▶ Assignment:
Find the line in the entries below that contains "f 313 316 52". Repeat it exactly, and every line after it through the line that contains "f 326 40 328".

(Saved entries)
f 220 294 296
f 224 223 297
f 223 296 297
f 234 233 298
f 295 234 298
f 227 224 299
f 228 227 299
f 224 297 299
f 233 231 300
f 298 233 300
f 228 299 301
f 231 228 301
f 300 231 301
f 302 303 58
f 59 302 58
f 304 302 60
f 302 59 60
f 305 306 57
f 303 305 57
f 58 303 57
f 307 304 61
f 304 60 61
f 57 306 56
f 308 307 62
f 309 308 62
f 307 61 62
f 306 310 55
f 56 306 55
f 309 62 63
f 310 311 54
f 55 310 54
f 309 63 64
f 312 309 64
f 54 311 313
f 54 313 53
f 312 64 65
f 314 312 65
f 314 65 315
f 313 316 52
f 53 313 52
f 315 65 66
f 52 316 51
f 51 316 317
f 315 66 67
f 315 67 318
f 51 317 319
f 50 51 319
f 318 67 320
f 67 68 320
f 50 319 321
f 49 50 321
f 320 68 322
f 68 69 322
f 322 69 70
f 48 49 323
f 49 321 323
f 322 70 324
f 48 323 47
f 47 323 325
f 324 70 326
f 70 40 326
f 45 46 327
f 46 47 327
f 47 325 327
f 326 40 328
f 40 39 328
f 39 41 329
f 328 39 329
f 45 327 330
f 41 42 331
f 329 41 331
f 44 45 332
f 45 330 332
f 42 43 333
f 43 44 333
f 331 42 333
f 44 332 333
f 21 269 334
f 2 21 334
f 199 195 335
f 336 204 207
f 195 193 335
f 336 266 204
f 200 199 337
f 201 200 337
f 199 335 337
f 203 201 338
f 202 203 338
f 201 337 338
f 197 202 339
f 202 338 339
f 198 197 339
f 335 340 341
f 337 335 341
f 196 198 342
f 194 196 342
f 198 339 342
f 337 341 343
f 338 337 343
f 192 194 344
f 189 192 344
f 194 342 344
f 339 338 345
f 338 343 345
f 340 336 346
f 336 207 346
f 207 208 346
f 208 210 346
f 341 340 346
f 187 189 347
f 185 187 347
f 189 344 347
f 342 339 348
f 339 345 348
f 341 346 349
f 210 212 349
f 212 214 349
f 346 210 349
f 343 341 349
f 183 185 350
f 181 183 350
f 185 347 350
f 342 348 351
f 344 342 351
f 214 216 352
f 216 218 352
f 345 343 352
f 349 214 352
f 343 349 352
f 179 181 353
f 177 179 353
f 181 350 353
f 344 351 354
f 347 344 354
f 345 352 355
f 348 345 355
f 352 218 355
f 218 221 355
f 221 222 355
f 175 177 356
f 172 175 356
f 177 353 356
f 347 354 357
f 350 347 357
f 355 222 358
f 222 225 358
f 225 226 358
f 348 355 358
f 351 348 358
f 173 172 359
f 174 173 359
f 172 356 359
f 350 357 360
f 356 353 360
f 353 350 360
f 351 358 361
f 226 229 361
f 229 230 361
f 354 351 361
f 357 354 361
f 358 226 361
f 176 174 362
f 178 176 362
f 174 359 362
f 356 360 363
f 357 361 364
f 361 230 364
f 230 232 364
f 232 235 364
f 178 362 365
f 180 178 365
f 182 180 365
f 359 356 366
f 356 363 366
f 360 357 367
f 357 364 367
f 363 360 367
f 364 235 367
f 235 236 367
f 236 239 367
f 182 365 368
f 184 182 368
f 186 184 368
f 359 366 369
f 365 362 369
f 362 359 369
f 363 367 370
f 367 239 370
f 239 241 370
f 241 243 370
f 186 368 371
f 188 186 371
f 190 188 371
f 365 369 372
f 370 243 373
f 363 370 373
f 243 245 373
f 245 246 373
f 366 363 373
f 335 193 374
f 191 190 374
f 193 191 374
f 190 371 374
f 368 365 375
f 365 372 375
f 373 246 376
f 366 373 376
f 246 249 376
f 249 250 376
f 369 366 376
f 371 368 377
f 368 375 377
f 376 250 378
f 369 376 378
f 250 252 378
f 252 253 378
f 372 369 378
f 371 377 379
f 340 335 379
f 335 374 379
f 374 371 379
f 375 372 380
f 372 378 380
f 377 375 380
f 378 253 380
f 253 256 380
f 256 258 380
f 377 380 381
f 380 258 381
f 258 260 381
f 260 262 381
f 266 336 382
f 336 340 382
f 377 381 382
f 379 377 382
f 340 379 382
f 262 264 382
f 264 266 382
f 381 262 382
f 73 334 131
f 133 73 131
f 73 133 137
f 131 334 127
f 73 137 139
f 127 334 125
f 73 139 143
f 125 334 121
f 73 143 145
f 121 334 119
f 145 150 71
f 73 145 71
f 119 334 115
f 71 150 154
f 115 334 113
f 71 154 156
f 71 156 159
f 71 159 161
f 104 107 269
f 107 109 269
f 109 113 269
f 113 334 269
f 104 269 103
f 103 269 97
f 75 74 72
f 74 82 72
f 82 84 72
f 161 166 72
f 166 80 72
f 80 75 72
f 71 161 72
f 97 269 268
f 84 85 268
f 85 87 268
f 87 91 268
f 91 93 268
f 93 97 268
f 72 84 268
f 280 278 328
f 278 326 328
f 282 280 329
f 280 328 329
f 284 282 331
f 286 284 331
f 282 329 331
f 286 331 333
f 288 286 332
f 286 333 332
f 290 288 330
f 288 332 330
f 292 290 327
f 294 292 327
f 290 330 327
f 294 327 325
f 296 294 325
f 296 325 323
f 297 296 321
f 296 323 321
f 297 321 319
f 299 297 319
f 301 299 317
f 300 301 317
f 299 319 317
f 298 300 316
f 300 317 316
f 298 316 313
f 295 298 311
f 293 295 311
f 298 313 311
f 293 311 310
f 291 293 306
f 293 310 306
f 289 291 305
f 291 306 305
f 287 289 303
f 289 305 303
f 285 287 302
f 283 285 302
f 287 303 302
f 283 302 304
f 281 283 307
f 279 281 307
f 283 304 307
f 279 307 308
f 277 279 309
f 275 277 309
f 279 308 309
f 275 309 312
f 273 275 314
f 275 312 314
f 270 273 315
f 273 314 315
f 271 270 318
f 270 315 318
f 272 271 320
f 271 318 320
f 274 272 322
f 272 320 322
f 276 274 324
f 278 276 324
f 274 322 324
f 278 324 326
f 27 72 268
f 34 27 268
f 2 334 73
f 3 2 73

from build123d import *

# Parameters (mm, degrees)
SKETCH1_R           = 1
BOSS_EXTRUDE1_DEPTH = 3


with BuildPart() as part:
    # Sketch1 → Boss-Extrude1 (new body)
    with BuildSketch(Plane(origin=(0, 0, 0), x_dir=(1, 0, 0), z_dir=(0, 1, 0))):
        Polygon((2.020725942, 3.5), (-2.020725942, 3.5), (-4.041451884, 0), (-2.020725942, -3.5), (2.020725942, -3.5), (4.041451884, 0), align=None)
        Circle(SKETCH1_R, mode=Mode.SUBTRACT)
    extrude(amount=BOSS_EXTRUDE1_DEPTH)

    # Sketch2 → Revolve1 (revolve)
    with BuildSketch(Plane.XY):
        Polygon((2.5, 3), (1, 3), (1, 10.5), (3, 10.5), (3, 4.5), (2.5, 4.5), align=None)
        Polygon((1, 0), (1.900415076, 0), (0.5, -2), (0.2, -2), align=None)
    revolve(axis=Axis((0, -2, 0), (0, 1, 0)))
--
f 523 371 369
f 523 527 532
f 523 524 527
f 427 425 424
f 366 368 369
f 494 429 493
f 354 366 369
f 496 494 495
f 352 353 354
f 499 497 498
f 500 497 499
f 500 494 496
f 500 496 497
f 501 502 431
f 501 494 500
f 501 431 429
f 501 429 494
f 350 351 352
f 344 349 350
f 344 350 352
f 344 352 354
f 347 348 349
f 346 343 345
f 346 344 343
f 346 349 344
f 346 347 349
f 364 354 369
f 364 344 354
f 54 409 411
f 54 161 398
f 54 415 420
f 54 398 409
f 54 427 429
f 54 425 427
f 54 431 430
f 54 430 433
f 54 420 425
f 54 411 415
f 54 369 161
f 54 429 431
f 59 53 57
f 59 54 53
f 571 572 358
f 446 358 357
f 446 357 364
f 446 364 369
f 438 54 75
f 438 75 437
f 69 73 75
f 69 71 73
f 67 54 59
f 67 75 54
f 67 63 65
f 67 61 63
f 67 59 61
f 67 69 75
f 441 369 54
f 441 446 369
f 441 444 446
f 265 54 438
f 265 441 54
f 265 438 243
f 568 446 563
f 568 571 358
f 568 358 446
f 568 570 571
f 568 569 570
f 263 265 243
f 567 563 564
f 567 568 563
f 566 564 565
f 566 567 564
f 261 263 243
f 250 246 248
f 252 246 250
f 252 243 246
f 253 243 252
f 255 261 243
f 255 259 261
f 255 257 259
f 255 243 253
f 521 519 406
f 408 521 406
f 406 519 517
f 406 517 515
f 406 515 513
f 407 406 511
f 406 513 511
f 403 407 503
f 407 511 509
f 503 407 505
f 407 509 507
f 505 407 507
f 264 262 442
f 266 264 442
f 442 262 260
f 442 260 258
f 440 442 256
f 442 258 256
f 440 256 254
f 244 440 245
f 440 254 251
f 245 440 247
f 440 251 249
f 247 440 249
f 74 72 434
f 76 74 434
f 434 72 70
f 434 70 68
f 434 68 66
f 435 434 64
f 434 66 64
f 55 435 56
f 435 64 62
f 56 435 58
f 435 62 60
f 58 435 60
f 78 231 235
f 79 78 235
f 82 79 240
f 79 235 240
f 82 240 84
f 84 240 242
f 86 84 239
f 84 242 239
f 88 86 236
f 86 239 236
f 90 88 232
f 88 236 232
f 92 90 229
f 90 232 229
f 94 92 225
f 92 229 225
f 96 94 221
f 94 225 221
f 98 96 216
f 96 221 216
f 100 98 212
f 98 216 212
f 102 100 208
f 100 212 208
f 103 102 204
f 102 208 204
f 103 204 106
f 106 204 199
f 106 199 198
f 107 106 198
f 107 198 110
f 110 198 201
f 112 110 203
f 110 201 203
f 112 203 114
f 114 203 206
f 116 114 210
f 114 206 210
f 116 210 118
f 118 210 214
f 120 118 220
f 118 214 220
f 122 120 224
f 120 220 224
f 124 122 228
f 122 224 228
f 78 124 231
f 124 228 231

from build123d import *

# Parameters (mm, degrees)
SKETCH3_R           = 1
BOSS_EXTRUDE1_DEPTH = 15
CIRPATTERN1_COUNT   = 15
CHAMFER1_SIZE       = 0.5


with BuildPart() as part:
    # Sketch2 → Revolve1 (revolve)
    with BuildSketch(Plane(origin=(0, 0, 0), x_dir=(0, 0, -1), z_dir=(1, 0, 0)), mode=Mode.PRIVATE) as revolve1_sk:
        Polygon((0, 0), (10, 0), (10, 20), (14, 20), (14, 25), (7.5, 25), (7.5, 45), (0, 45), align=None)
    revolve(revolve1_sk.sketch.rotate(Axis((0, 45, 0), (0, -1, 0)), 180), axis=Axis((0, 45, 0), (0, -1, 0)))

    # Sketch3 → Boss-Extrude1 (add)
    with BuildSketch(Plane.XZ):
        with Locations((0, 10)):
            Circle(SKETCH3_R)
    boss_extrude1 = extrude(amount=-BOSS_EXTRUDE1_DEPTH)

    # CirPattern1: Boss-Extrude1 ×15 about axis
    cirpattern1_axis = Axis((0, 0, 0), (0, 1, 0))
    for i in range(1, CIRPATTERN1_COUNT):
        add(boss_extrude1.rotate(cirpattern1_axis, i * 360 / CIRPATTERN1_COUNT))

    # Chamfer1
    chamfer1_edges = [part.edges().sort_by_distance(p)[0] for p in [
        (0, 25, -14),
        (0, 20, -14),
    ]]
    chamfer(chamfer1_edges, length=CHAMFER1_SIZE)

▶ Written solution:
f 313 316 52
f 53 313 52
f 315 65 66
f 52 316 51
f 51 316 317
f 315 66 67
f 315 67 318
f 51 317 319
f 50 51 319
f 318 67 320
f 67 68 320
f 50 319 321
f 49 50 321
f 320 68 322
f 68 69 322
f 322 69 70
f 48 49 323
f 49 321 323
f 322 70 324
f 48 323 47
f 47 323 325
f 324 70 326
f 70 40 326
f 45 46 327
f 46 47 327
f 47 325 327
f 326 40 328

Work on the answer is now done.